In this section, you will be asked to describe the new parameters as well as use them to attempt to improve the performance of your model.

## Part (j) Short Answer Questions

  1. What model hyperparameters are shared by the NeuralBOW and CNN models?
  2. What new parameters are introduced by the CNN model?
  3. Choose two parameters unique the CNN model, perform at least 10 runs with different combinations of values for these parameters, and then report the dev set results below. ***Hint: Consider wrapping the training code above in a for loop the examines the different values.***  To do this efficiently, you should consider [this paper](http://www.jmlr.org/papers/volume13/bergstra12a/bergstra12a.pdf) from Bergstra and Bengio, underscoring the low efficiency of a grid search.  [This blog post](https://blog.floydhub.com/guide-to-hyperparameters-search-for-deep-learning-models/) also has a less formal treatment of the same topic.

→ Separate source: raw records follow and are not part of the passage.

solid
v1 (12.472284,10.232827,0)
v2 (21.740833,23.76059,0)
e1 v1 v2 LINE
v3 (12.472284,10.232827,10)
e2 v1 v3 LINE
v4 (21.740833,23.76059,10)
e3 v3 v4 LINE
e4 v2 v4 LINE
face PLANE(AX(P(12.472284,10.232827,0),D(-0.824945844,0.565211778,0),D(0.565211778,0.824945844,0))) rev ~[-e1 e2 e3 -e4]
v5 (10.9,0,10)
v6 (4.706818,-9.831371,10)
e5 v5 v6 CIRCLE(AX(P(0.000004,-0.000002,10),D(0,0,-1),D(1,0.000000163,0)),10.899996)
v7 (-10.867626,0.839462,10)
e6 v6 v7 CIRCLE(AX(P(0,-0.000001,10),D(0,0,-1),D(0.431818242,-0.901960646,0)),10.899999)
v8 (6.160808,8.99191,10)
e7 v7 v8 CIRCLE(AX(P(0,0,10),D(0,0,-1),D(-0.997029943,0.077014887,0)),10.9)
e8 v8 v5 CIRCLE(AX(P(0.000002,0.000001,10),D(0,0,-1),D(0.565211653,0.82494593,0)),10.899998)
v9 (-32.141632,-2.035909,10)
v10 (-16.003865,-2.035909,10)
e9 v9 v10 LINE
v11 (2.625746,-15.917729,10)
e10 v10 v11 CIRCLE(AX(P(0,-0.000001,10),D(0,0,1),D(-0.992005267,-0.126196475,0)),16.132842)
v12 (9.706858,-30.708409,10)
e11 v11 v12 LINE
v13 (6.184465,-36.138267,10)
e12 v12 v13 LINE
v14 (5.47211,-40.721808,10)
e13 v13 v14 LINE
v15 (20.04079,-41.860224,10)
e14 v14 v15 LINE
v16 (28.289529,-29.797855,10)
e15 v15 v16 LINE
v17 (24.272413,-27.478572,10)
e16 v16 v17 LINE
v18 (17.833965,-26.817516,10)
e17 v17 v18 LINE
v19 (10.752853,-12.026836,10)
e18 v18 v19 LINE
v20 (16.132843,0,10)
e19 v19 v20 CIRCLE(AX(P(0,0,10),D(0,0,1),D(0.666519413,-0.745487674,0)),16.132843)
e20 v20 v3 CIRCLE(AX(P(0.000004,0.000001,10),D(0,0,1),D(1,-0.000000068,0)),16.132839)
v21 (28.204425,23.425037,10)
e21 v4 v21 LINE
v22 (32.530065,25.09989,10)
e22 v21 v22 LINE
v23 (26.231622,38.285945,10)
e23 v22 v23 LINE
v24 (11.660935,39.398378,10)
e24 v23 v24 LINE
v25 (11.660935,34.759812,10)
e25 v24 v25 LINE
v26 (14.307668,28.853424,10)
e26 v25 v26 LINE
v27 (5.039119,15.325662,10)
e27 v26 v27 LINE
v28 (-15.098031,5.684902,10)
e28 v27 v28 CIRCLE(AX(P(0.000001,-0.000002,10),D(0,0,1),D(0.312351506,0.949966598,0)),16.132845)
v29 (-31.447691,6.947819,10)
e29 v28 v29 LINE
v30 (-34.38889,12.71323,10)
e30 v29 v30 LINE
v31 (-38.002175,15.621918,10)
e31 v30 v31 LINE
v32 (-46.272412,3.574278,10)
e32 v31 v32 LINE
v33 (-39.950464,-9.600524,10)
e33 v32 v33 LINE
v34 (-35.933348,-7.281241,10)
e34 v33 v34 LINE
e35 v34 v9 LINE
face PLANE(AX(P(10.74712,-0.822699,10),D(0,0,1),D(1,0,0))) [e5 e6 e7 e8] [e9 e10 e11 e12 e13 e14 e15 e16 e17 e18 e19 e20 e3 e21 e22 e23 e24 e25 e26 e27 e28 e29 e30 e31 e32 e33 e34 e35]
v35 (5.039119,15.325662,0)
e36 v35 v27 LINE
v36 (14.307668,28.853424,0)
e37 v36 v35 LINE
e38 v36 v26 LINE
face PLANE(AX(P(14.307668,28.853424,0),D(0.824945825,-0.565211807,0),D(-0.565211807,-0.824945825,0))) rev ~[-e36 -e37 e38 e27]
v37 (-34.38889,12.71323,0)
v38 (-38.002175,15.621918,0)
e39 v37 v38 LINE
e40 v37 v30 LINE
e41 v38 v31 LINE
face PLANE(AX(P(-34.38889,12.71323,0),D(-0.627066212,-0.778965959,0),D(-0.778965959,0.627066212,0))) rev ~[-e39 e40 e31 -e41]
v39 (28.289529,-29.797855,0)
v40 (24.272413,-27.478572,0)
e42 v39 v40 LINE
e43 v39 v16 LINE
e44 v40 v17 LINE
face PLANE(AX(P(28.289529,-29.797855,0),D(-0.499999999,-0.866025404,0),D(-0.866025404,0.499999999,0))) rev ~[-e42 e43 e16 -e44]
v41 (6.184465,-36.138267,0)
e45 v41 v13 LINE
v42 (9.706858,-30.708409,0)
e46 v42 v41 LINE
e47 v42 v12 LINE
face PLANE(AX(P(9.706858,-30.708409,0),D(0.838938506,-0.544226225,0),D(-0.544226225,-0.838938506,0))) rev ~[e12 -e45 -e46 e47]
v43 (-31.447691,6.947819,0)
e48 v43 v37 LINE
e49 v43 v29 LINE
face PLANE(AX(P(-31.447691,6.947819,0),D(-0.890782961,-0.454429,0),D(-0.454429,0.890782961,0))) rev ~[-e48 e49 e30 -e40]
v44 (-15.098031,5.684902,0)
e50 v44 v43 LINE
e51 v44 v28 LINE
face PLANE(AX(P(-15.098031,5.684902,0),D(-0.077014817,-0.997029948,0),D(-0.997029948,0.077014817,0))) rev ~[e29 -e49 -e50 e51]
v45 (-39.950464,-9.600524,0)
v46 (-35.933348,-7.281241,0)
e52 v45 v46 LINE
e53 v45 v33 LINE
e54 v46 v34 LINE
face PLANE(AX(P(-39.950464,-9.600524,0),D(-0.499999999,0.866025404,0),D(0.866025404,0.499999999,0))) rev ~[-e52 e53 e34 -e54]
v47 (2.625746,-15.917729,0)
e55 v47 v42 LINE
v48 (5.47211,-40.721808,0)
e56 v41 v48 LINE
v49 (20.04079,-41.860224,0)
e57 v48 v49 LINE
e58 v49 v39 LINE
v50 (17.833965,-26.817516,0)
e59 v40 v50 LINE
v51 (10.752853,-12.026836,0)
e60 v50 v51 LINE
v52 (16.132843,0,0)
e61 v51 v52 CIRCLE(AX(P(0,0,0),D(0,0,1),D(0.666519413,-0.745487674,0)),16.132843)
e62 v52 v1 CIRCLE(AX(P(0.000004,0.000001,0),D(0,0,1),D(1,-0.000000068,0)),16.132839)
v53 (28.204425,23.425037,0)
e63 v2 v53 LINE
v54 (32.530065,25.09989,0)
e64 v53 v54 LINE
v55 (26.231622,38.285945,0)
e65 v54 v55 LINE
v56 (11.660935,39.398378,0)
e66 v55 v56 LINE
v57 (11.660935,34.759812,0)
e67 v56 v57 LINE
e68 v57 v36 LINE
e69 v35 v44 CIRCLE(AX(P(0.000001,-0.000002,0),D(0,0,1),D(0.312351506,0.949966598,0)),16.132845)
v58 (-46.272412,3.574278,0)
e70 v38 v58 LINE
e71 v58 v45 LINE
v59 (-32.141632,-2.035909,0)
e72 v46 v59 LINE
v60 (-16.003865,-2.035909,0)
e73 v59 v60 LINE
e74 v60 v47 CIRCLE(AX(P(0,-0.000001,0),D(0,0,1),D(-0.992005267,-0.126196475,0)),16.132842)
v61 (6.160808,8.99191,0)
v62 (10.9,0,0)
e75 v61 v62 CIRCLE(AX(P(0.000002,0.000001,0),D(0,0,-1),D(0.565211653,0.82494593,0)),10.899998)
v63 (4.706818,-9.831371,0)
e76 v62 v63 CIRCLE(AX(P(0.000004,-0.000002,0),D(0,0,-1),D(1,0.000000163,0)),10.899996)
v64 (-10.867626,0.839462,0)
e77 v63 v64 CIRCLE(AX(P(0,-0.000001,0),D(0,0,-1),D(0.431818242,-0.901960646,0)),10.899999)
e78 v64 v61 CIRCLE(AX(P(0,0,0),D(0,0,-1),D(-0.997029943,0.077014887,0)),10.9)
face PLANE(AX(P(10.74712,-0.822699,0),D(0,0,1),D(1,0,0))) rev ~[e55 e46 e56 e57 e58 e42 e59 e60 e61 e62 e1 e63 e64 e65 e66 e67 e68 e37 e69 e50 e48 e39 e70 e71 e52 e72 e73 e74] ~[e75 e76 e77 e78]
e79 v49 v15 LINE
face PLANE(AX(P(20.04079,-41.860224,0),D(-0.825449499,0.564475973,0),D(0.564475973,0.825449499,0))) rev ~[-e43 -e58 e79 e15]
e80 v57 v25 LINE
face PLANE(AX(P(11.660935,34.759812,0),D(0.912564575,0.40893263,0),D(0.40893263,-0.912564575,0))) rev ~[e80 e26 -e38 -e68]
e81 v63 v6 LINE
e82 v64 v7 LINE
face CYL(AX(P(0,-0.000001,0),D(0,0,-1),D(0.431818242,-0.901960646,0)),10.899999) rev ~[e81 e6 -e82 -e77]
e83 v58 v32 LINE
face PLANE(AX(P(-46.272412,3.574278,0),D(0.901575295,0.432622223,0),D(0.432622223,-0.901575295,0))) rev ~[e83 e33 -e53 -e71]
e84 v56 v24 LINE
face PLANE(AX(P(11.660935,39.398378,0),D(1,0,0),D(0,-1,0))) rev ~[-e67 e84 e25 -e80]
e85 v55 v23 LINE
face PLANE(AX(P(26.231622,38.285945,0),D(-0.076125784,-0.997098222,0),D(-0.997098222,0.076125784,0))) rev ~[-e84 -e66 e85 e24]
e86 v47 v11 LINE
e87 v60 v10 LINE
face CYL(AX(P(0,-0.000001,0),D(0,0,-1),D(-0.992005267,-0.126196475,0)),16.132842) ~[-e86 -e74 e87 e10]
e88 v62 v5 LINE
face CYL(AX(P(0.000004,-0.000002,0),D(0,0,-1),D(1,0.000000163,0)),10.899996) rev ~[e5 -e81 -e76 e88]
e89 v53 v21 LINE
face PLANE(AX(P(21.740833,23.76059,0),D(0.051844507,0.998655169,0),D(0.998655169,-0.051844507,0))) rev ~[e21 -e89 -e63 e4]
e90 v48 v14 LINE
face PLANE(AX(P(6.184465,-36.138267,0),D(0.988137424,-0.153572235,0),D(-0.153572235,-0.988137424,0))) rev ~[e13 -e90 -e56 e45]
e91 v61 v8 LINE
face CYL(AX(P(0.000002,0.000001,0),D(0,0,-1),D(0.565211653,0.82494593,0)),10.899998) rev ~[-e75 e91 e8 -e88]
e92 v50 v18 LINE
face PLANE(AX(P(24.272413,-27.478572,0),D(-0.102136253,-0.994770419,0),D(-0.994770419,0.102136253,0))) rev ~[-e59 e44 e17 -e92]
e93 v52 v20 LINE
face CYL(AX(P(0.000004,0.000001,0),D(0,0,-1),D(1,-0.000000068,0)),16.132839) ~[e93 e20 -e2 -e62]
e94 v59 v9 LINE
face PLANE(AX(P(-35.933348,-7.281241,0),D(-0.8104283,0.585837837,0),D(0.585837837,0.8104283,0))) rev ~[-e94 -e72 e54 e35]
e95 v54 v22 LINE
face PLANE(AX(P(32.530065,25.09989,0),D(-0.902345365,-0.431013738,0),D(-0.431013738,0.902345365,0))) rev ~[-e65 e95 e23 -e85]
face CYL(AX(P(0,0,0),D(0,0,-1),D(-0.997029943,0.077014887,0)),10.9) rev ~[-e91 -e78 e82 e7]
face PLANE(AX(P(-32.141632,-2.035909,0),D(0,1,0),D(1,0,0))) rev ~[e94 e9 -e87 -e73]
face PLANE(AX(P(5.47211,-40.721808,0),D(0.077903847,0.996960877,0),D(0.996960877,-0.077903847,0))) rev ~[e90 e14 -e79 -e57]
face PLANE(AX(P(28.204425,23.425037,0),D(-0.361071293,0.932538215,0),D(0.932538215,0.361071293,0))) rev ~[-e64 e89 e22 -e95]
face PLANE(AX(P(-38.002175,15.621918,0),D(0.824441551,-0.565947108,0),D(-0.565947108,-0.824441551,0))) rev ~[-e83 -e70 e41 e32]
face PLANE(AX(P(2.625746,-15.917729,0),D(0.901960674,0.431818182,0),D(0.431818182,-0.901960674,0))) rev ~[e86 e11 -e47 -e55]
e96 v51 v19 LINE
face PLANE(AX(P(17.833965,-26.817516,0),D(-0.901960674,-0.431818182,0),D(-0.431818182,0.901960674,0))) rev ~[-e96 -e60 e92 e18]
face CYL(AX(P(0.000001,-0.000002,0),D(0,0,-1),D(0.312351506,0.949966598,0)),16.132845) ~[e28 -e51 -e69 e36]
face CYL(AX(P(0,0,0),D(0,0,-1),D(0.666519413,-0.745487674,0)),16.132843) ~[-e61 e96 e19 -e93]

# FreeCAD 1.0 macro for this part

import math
import FreeCAD as App
import Part
import Sketcher
Q = App.Units.Quantity

doc = App.newDocument("Part")
body = doc.addObject("PartDesign::Body", "Body")

# Sketch on XY plane
sketch1 = doc.addObject("Sketcher::SketchObject", "Sketch")
body.addObject(sketch1)
sketch1.AttachmentSupport = (doc.XY_Plane, [""])
sketch1.MapMode = "FlatFace"
sketch1.addGeometry([
    Part.ArcOfCircle(Part.Circle(App.Vector(0, 0, 0), App.Vector(0, 0, 1), 16.132843), math.radians(-48.201004), math.radians(0.000001)),  # 0
    Part.ArcOfCircle(Part.Circle(App.Vector(0.000004, 0.000001, 0), App.Vector(0, 0, 1), 16.132839), math.radians(-0.000004), math.radians(39.367012)),  # 1
    Part.LineSegment(App.Vector(12.472284, 10.232827, 0), App.Vector(21.740833, 23.76059, 0)),  # 2
    Part.LineSegment(App.Vector(21.740833, 23.76059, 0), App.Vector(28.204425, 23.425037, 0)),  # 3
    Part.LineSegment(App.Vector(28.204425, 23.425037, 0), App.Vector(32.530065, 25.09989, 0)),  # 4
    Part.LineSegment(App.Vector(32.530065, 25.09989, 0), App.Vector(26.231622, 38.285945, 0)),  # 5
    Part.LineSegment(App.Vector(26.231622, 38.285945, 0), App.Vector(11.660935, 39.398378, 0)),  # 6
    Part.LineSegment(App.Vector(11.660935, 39.398378, 0), App.Vector(11.660935, 34.759812, 0)),  # 7
    Part.LineSegment(App.Vector(11.660935, 34.759812, 0), App.Vector(14.307668, 28.853424, 0)),  # 8
    Part.LineSegment(App.Vector(14.307668, 28.853424, 0), App.Vector(5.039119, 15.325662, 0)),  # 9
    Part.ArcOfCircle(Part.Circle(App.Vector(0.000001, -0.000002, 0), App.Vector(0, 0, 1), 16.132845), math.radians(71.799), math.radians(159.366999)),  # 10
    Part.LineSegment(App.Vector(-15.098031, 5.684902, 0), App.Vector(-31.447691, 6.947819, 0)),  # 11
    Part.LineSegment(App.Vector(-31.447691, 6.947819, 0), App.Vector(-34.38889, 12.71323, 0)),  # 12
    Part.LineSegment(App.Vector(-34.38889, 12.71323, 0), App.Vector(-38.002175, 15.621918, 0)),  # 13
    Part.LineSegment(App.Vector(-38.002175, 15.621918, 0), App.Vector(-46.272412, 3.574278, 0)),  # 14
    Part.LineSegment(App.Vector(-46.272412, 3.574278, 0), App.Vector(-39.950464, -9.600524, 0)),  # 15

  4. Describe any trends you see in experiments above (e.g., can you identify good ranges for the individual parameters; are there any interesting interactions?)
  5. Pick the three best configurations according to the dev set and evaluate them on the test data. Is the ranking of the three best models the same on the dev and test sets?